Mein Kosmos sind Texte und Bücher. Diese finde ich bevorzugt in Antiquariaten. Dieses „Antiquariat in den Bärenlauben“ fand ich gleich bei meinem ersten Aufenthalt hier in Klagenfurt unmittelbar nach meinem Bewerbungsvortrag. Immer, wenn ich an einen neuen Ort komme, suche ich als Erstes nach Antiquariaten. Dort treffe ich gebündelt auf die Spuren von Kulturen.

Ich bin ständig auf Spurensuche in den Materialien aus der Vergangenheit. Kultur ist materialisiert, eine Verbindung aus Ästhetik und Haptik. Sie ist aber auch ein Arbeiten mit und gegen den Tod. Indem man sich mit den Spuren der Vergangenheit beschäftigt, wird deren Tod überwunden. Jede Kultur ist eigentlich immer dabei unterzugehen, wir merken es nur nicht. Die Texte sind im Prinzip die Überlebenden.

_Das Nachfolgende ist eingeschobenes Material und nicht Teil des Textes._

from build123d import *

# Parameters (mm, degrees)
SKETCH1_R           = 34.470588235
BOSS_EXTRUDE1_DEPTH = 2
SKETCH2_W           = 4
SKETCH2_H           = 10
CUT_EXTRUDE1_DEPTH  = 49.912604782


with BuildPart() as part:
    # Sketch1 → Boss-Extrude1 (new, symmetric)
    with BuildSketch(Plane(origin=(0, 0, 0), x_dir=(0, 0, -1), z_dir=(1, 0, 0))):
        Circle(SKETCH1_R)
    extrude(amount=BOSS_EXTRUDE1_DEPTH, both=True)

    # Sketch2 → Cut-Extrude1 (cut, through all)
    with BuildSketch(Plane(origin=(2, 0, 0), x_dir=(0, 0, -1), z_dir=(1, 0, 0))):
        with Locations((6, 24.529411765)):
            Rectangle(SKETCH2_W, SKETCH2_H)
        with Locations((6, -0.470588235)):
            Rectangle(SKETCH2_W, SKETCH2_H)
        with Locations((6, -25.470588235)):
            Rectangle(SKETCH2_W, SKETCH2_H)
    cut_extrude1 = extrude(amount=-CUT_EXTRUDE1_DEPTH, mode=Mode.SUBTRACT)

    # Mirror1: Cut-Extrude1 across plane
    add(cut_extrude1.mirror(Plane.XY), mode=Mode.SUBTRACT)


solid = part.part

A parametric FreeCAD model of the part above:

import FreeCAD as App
import Part
import Sketcher

doc = App.newDocument("Part")
body = doc.addObject("PartDesign::Body", "Body")

sketch1 = doc.addObject("Sketcher::SketchObject", "Sketch")
body.addObject(sketch1)
sketch1.AttachmentSupport = (doc.YZ_Plane, [""])
sketch1.MapMode = "FlatFace"
sketch1.addGeometry(Part.Circle(App.Vector(0, 0, 0), App.Vector(0, 0, 1), 34), False)
sketch1.addConstraint([
    Sketcher.Constraint("Coincident", 0, 3, -1, 1),
    Sketcher.Constraint("Diameter", 0, 68.941176),
])
pad1 = doc.addObject("PartDesign::Pad", "Pad")
body.addObject(pad1)
pad1.Profile = sketch1
pad1.Length = 4
pad1.Midplane = True

sketch2 = doc.addObject("Sketcher::SketchObject", "Sketch001")
body.addObject(sketch2)
sketch2.AttachmentSupport = (doc.YZ_Plane, [""])
sketch2.MapMode = "FlatFace"
sketch2.AttachmentOffset = App.Placement(App.Vector(0, 0, 2), App.Rotation())
sketch2.addGeometry([
    Part.LineSegment(App.Vector(29.5, -4, 0), App.Vector(19.5, -4, 0)),
    Part.LineSegment(App.Vector(19.5, -4, 0), App.Vector(19.5, -8, 0)),
    Part.LineSegment(App.Vector(19.5, -8, 0), App.Vector(29.5, -8, 0)),
    Part.LineSegment(App.Vector(29.5, -8, 0), App.Vector(29.5, -4, 0)),
    Part.LineSegment(App.Vector(4.5, -4, 0), App.Vector(-5.5, -4, 0)),
    Part.LineSegment(App.Vector(-5.5, -4, 0), App.Vector(-5.5, -8, 0)),
    Part.LineSegment(App.Vector(-5.5, -8, 0), App.Vector(4.5, -8, 0)),
    Part.LineSegment(App.Vector(4.5, -8, 0), App.Vector(4.5, -4, 0)),
    Part.LineSegment(App.Vector(-20.5, -4, 0), App.Vector(-30.5, -4, 0)),
    Part.LineSegment(App.Vector(-30.5, -4, 0), App.Vector(-30.5, -8, 0)),
    Part.LineSegment(App.Vector(-30.5, -8, 0), App.Vector(-20.5, -8, 0)),
    Part.LineSegment(App.Vector(-20.5, -8, 0), App.Vector(-20.5, -4, 0)),
], False)
sketch2.addConstraint([
    Sketcher.Constraint("Coincident", 0, 2, 1, 1),
    Sketcher.Constraint("Coincident", 1, 2, 2, 1),
    Sketcher.Constraint("Coincident", 2, 2, 3, 1),
    Sketcher.Constraint("Coincident", 3, 2, 0, 1),
    Sketcher.Constraint("Coincident", 4, 2, 5, 1),
    Sketcher.Constraint("Coincident", 5, 2, 6, 1),
    Sketcher.Constraint("Coincident", 6, 2, 7, 1),
    Sketcher.Constraint("Coincident", 7, 2, 4, 1),
    Sketcher.Constraint("Coincident", 8, 2, 9, 1),
    Sketcher.Constraint("Coincident", 9, 2, 10, 1),
    Sketcher.Constraint("Coincident", 10, 2, 11, 1),
    Sketcher.Constraint("Coincident", 11, 2, 8, 1),
    Sketcher.Constraint("Horizontal", 0),
    Sketcher.Constraint("Vertical", 1),
    Sketcher.Constraint("Horizontal", 2),
    Sketcher.Constraint("Vertical", 3),
    Sketcher.Constraint("Horizontal", 4),
    Sketcher.Constraint("Vertical", 5),
    Sketcher.Constraint("Horizontal", 6),
    Sketcher.Constraint("Vertical", 7),
    Sketcher.Constraint("Horizontal", 8),
    Sketcher.Constraint("Vertical", 9),
    Sketcher.Constraint("Horizontal", 10),
    Sketcher.Constraint("Vertical", 11),
    Sketcher.Constraint("Horizontal", 3, 2, 4, 2),
    Sketcher.Constraint("Horizontal", 2, 2, 5, 2),
    Sketcher.Constraint("Horizontal", 7, 2, 8, 2),
    Sketcher.Constraint("Horizontal", 6, 2, 9, 2),
    Sketcher.Constraint("Equal", 2, 4),
    Sketcher.Constraint("Equal", 6, 8),
    Sketcher.Constraint("DistanceX", 0, 2, 0, 1, 10.0),
    Sketcher.Constraint("DistanceY", 1, 2, 1, 1, 4.0),
    Sketcher.Constraint("DistanceY", 0, 2, -1, 1, 4.0),
    Sketcher.Constraint("DistanceX", 4, 2, 0, 2, 25.0),
    Sketcher.Constraint("DistanceX", 8, 2, 4, 2, 25.0),
    Sketcher.Constraint("DistanceX", -1, 1, 0, 2, 19.529412),
])
pocket1 = doc.addObject("PartDesign::Pocket", "Pocket")
body.addObject(pocket1)
pocket1.Profile = sketch2
pocket1.Type = "ThroughAll"
doc.recompute()

mirrored = doc.addObject("PartDesign::Mirrored", "Mirrored")
body.addObject(mirrored)
mirrored.Originals = [pocket1]
mirrored.MirrorPlane = (doc.XY_Plane, [""])
body.Tip = mirrored

doc.recompute()
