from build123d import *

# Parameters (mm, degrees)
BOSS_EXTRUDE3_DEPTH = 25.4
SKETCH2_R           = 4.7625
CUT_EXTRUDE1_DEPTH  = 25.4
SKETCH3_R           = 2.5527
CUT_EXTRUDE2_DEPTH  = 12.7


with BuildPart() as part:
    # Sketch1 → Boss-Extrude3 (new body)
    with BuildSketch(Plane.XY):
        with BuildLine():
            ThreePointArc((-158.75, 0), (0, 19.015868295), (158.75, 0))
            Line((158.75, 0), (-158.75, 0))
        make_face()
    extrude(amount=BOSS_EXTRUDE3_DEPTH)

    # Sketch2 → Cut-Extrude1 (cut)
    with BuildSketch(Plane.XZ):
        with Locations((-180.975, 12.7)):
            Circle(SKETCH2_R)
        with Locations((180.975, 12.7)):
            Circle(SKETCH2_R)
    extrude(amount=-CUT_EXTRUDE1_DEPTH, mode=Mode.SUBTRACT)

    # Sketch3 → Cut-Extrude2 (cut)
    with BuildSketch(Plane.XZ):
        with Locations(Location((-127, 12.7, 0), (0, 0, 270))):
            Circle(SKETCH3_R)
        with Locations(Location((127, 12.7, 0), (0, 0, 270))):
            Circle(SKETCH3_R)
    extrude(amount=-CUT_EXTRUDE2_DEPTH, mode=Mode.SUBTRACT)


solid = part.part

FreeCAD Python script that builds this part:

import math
import FreeCAD as App
import Part
import Sketcher
from FreeCAD import Vector
Q = App.Units.Quantity

doc = App.newDocument("Part")
body = doc.addObject("PartDesign::Body", "Body")

sketch1 = body.newObject("Sketcher::SketchObject", "Sketch")
sketch1.AttachmentSupport = (doc.getObject("XY_Plane"), [""])
sketch1.MapMode = "FlatFace"
sketch1.addGeometry([
    Part.ArcOfCircle(Part.Circle(Vector(0, -653, 0), Vector(0, 0, 1), 672), math.radians(76), math.radians(104)),
    Part.LineSegment(Vector(-159, 0, 0), Vector(159, 0, 0)),
], False)
sketch1.addConstraint([
    Sketcher.Constraint("Coincident", 0, 1, 1, 2),
    Sketcher.Constraint("Coincident", 1, 1, 0, 2),
    Sketcher.Constraint("Horizontal", 1),
    Sketcher.Constraint("PointOnObject", 0, 3, -2),
    Sketcher.Constraint("PointOnObject", 0, 1, -1),
    Sketcher.Constraint("DistanceX", 1, 1, 1, 2, Q("12.5 in")),
    Sketcher.Constraint("Radius", 0, 672.153523),
])
pad1 = body.newObject("PartDesign::Pad", "Pad")
pad1.Profile = sketch1
pad1.Length = Q("1 in")

sketch2 = body.newObject("Sketcher::SketchObject", "Sketch001")
sketch2.AttachmentSupport = (doc.getObject("XZ_Plane"), [""])
sketch2.MapMode = "FlatFace"
sketch2.addGeometry([
    Part.Circle(Vector(-181, 12.7, 0), Vector(0, 0, 1), 4.8),
    Part.Circle(Vector(181, 12.7, 0), Vector(0, 0, 1), 4.8),
], False)
sketch2.addConstraint([
    Sketcher.Constraint("Equal", 0, 1),
    Sketcher.Constraint("Symmetric", 0, 3, 1, 3, -2),
    Sketcher.Constraint("Diameter", 0, Q("0.375 in")),
    Sketcher.Constraint("DistanceY", -1, 1, 0, 3, Q("0.5 in")),
    Sketcher.Constraint("DistanceX", 0, 3, 1, 3, Q("14.25 in")),
])
pocket1 = body.newObject("PartDesign::Pocket", "Pocket")
pocket1.Profile = sketch2
pocket1.Length = Q("1 in")

sketch3 = body.newObject("Sketcher::SketchObject", "Sketch002")
sketch3.AttachmentSupport = (doc.getObject("XZ_Plane"), [""])
sketch3.MapMode = "FlatFace"
sketch3.addGeometry([
    Part.Circle(Vector(-127, 12.7, 0), Vector(0, 0, 1), 2.6),
    Part.Circle(Vector(127, 12.7, 0), Vector(0, 0, 1), 2.6),
], False)
sketch3.addConstraint([
    Sketcher.Constraint("Equal", 0, 1),
    Sketcher.Constraint("Symmetric", 0, 3, 1, 3, -2),
    Sketcher.Constraint("Diameter", 0, Q("0.201 in")),
    Sketcher.Constraint("DistanceX", 0, 3, -1, 1, Q("5 in")),
    Sketcher.Constraint("DistanceY", -1, 1, 0, 3, Q("0.5 in")),
])
pocket2 = body.newObject("PartDesign::Pocket", "Pocket001")
pocket2.Profile = sketch3
pocket2.Length = Q("0.5 in")

doc.recompute()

Zu Büchern habe ich ein kreatives Verhältnis. Sie kommen und gehen. Ich freue mich riesig, wenn ich ein Buch finde, das ich schon lange gesucht habe. Das sind eben Trouvailles, Dinge, von denen man dachte, dass man sie im Leben nicht mehr sehen wird. Ich bin jedoch keine, die Bücher hortet, deshalb werden sie rotierend aussortiert. Wenn ich mir sicher bin, dass ich ein Buch wieder brauchen werde oder es wieder einmal lesen will, behalte ich es. Die anderen Bücher werden verschenkt, in Buchstationen eingestellt oder unter Freunden getauscht.

Meine Freunde sehe ich regelmäßig. Sie sind meistenteils auch auf Spurensuche, in Noten, Bildern, Bibeln etwa oder – wie meine Archäologenfreunde – in alten Knochen. Ich habe mehrere, schon lange bestehende Freundeskreise. Wir sehen uns regelmäßig, treffen uns quasi rituell, ähnlich den Gruppen in alten Colleges, und wir telefonieren häufig. Das war eine Voraussetzung für meine Wissenschaftsexistenz. Diese ist ja per definitionem nicht statisch an einen Ort gebunden. Man muss bereit sein, eine Woche in Rom und die nächste in Hamburg zu verbringen. Ohne dieses Reservoir an Freunden könnte ich meinen Beruf nicht ausüben. Es sind Menschen, die weniger in der ökonomischen Welt zuhause sind. Die Gesellschaft wird zunehmend oberflächlicher, alles wird einer Funktionslogik und Optimierung untergeordnet. Literatur und Kultur bilden dazu ein Gegengewicht.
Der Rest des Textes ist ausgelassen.